But what are these two realms? There is a tradition to be found in most theologies that requires such a division. The natural realm of our mortal existence seems to be a world of space and time in which things are located. Your life will have a beginning and an end in time, as does the existence of all other things. You also have a location, although this can vary over time. And when we think of natural causes of natural events, they seem to depend importantly on these spatiotemporal locations. Causes have to be close to the effects they produce in both space and time. Perhaps they have to be co-located at the very moment the cause produces the effect.

The supernatural realm, as religions typically depict it, stands outside of space and time. It is rarely understood as containing any physical things at all, so they don’t need to be in space. We might think of such a realm as the spirit world, for this is where spirits and all things spiritual sit. God, angels and ghosts have no bodies and so no spatiotemporal aspect, which is what allows us to think of this as a form of infinite existence or immortality. Interestingly, some think numbers and other mathematical objects are outside of space and time so not really part of the natural realm. This is why Plato allowed them an eternal existence in the realm of the Forms, along with other things such as the perfect triangle.

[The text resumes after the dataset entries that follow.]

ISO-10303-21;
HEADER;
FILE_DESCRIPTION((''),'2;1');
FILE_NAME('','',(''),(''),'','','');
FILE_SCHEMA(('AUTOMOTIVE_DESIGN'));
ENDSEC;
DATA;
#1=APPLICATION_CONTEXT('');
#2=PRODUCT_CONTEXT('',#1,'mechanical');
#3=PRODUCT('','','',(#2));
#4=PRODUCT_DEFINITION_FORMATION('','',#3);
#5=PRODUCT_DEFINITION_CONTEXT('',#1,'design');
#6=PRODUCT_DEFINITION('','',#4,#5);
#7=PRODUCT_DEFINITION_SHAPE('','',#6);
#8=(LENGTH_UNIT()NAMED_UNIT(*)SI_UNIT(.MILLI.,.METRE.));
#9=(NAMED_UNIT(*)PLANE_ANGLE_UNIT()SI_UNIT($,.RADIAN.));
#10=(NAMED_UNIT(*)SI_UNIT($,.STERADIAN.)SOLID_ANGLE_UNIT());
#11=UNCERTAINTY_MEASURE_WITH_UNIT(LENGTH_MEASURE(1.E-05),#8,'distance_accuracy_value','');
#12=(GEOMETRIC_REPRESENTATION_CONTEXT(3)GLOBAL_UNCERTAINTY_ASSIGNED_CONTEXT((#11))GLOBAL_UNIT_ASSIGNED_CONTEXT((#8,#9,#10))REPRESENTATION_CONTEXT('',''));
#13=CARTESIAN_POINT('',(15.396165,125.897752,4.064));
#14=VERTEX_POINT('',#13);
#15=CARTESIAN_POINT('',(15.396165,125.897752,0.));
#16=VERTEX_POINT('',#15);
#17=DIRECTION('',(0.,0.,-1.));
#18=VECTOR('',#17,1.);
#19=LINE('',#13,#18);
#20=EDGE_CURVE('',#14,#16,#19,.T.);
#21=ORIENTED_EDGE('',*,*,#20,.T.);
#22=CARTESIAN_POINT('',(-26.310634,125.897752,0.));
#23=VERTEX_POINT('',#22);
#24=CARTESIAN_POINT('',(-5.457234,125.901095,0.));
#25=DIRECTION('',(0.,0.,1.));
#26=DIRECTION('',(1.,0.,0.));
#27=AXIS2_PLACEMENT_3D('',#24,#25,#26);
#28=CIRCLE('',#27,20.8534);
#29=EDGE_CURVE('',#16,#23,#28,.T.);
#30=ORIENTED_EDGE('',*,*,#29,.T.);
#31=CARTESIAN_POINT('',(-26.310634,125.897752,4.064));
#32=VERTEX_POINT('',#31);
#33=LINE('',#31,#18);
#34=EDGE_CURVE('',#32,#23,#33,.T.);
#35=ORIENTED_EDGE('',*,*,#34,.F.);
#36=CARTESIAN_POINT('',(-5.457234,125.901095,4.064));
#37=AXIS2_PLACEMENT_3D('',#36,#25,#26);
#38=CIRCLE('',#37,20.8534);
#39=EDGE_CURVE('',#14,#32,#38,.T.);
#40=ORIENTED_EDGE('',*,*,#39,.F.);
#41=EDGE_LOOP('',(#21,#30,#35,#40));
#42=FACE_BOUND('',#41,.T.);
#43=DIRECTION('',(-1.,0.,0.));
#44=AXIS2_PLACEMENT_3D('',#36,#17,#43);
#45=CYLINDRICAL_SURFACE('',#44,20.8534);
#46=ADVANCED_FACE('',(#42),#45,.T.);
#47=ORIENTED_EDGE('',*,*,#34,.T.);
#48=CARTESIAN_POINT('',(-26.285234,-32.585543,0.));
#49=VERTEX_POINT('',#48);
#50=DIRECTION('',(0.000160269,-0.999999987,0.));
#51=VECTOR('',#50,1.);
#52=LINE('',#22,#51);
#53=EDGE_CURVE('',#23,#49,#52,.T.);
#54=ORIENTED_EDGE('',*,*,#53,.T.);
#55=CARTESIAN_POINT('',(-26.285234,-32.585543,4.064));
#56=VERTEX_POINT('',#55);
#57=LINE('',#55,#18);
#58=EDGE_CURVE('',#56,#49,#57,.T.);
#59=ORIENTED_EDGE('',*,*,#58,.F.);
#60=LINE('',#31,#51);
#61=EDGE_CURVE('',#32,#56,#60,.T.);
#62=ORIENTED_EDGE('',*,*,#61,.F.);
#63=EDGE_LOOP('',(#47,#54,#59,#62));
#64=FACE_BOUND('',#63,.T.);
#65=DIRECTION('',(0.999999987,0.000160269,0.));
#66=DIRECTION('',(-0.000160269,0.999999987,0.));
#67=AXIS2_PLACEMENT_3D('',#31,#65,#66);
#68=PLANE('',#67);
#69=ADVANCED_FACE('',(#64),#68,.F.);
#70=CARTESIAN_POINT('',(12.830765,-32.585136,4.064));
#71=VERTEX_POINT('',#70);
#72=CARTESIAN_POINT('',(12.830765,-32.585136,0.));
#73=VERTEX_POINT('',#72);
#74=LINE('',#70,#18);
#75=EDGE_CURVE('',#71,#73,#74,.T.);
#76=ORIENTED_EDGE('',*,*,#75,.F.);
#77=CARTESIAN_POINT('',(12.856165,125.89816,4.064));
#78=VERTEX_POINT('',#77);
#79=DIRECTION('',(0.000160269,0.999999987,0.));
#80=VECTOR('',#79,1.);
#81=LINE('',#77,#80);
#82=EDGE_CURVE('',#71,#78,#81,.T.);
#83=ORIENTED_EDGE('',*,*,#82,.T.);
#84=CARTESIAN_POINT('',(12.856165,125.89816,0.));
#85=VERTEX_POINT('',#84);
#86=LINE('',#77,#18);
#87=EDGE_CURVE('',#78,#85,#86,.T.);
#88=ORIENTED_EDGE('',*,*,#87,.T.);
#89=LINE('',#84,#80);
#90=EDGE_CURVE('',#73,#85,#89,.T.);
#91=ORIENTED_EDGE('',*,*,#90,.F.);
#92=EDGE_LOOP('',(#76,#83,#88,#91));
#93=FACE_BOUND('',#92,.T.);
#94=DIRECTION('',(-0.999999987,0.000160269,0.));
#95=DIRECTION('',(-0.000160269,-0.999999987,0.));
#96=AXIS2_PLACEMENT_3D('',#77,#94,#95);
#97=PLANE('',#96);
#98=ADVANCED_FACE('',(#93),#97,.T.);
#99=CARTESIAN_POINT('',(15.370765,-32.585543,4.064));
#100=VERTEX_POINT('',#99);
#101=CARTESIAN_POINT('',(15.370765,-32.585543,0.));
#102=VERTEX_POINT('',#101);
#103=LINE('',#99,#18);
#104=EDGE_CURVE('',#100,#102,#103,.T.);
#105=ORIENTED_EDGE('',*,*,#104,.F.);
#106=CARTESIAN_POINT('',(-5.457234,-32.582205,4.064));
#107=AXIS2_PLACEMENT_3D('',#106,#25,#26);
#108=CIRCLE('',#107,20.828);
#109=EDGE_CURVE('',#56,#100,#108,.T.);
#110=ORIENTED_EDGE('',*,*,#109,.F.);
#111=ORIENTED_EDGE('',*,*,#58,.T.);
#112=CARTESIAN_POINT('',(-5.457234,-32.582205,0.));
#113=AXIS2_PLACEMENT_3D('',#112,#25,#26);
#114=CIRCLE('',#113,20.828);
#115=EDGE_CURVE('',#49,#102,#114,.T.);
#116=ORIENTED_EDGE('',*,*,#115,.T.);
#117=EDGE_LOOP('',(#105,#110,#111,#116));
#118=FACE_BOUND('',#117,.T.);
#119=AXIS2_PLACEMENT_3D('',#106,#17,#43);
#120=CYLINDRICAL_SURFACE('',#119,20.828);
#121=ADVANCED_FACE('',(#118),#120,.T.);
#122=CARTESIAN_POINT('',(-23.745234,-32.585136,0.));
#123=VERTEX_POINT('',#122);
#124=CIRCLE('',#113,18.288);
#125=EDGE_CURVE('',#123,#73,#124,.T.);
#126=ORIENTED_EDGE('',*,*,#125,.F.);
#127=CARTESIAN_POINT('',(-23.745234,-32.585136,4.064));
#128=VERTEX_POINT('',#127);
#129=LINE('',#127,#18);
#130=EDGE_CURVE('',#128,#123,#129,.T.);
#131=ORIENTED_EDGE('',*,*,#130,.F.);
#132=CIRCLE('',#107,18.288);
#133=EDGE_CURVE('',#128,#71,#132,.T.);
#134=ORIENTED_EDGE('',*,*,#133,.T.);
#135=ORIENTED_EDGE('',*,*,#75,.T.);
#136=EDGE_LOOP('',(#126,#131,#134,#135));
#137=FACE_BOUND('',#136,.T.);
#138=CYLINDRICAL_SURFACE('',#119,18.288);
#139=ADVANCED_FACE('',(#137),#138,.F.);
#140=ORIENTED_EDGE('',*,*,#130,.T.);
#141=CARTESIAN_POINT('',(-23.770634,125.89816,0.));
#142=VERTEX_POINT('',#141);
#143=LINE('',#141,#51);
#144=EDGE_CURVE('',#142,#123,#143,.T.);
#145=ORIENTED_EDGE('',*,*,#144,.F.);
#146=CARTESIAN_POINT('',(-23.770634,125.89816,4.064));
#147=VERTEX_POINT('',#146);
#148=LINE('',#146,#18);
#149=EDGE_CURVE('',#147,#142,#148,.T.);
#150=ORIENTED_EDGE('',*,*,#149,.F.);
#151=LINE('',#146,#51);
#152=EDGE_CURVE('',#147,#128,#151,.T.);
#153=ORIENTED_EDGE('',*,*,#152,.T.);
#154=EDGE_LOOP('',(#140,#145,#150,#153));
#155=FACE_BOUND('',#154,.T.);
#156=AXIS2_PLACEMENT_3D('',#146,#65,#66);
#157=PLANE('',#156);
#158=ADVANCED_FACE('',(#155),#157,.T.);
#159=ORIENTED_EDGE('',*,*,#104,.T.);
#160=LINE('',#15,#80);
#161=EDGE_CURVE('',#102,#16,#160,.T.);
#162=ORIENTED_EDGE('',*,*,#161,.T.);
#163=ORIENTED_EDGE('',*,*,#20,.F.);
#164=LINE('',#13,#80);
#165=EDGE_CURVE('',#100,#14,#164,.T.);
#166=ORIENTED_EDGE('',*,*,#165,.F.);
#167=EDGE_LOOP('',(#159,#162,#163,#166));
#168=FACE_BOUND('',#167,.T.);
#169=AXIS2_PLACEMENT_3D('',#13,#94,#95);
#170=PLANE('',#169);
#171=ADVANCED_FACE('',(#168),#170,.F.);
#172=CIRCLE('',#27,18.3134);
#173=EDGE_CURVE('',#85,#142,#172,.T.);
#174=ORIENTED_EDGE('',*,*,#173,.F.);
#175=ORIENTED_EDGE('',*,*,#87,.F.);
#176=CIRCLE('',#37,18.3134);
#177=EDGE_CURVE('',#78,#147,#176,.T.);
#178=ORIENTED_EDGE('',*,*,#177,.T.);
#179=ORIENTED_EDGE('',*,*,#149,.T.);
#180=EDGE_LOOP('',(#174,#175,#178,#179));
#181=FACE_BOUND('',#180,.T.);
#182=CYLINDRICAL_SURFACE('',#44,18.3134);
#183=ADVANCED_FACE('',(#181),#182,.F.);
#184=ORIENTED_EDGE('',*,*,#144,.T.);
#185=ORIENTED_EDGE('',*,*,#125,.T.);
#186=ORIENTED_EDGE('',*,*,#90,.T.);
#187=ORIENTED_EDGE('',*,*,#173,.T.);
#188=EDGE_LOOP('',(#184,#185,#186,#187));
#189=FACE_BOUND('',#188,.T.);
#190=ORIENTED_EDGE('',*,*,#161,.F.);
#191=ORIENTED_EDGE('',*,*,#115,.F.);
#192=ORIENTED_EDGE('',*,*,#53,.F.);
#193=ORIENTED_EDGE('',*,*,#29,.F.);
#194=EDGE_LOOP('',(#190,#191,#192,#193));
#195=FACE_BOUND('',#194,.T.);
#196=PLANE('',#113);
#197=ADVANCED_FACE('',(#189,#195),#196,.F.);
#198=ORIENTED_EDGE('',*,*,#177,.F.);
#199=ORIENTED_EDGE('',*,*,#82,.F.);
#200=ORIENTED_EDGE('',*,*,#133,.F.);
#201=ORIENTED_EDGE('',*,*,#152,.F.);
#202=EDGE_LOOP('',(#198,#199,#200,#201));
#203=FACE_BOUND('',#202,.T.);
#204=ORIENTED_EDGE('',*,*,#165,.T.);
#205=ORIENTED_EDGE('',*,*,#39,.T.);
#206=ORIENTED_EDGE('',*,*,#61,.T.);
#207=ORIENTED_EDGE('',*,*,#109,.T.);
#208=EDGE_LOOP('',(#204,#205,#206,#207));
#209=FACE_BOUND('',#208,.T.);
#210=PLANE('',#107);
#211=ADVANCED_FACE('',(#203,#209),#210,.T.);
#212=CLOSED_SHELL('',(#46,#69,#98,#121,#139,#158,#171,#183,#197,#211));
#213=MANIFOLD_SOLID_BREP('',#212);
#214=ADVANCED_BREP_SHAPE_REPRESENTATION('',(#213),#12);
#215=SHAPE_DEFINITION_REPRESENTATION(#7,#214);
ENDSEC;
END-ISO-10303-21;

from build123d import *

# Parameters (mm, degrees)
BOSS_EXTRUDE1_DEPTH = 4.064


with BuildPart() as part:
    # Sketch1 → Boss-Extrude1 (new body)
    with BuildSketch(Plane.XY):
        with BuildLine():
            Line((-26.310634103, 125.897752486), (-26.285234103, -32.585543443))
            ThreePointArc((-26.285234103, -32.585543443), (-5.457234371, -53.410205355), (15.370765362, -32.585543443))
            Line((15.370765362, -32.585543443), (15.396165361, 125.897752486))
            ThreePointArc((15.396165361, 125.897752486), (-5.457234371, 146.754494645), (-26.310634103, 125.897752486))
        make_face()
        with BuildLine():
            Line((-23.770634136, 125.89815957), (-23.745234136, -32.58513636))
            ThreePointArc((-23.745234136, -32.58513636), (-5.457234371, -50.870205355), (12.830765394, -32.58513636))
            Line((12.830765394, -32.58513636), (12.856165394, 125.89815957))
            ThreePointArc((12.856165394, 125.89815957), (-5.457234371, 144.214494645), (-23.770634136, 125.89815957))
        make_face(mode=Mode.SUBTRACT)
    extrude(amount=BOSS_EXTRUDE1_DEPTH)


solid = part.part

Of course not everyone believes that there is such a spiritual realm. Some don’t even think the idea coherent. It sometimes seems as if your spirit will have a beginning in time: for instance, at the point of conception. But how can something enter at a time into a world when it has no temporal dimension? And how can there be any change if there is no time? How does a spirit think or act with no time or change? However, it is not for me to defend in any great detail how such a supernatural world exists and what it is like. That is the theologians’ task. But it does seem essential that they take this task. God cannot be part of our natural world, even if he is very good and very powerful, maybe like Superman. That would still make him a natural object, lacking a spiritual dimension, and arguably not worthy of worship.

And if there is no supernatural world, it seems that there really should not be anything that could count as a miracle either. If all the causes of natural events are other natural events, then none of them are miraculous. They are just plain old instances of physical causation, deserving of no metaphysical or spiritual wonder at all.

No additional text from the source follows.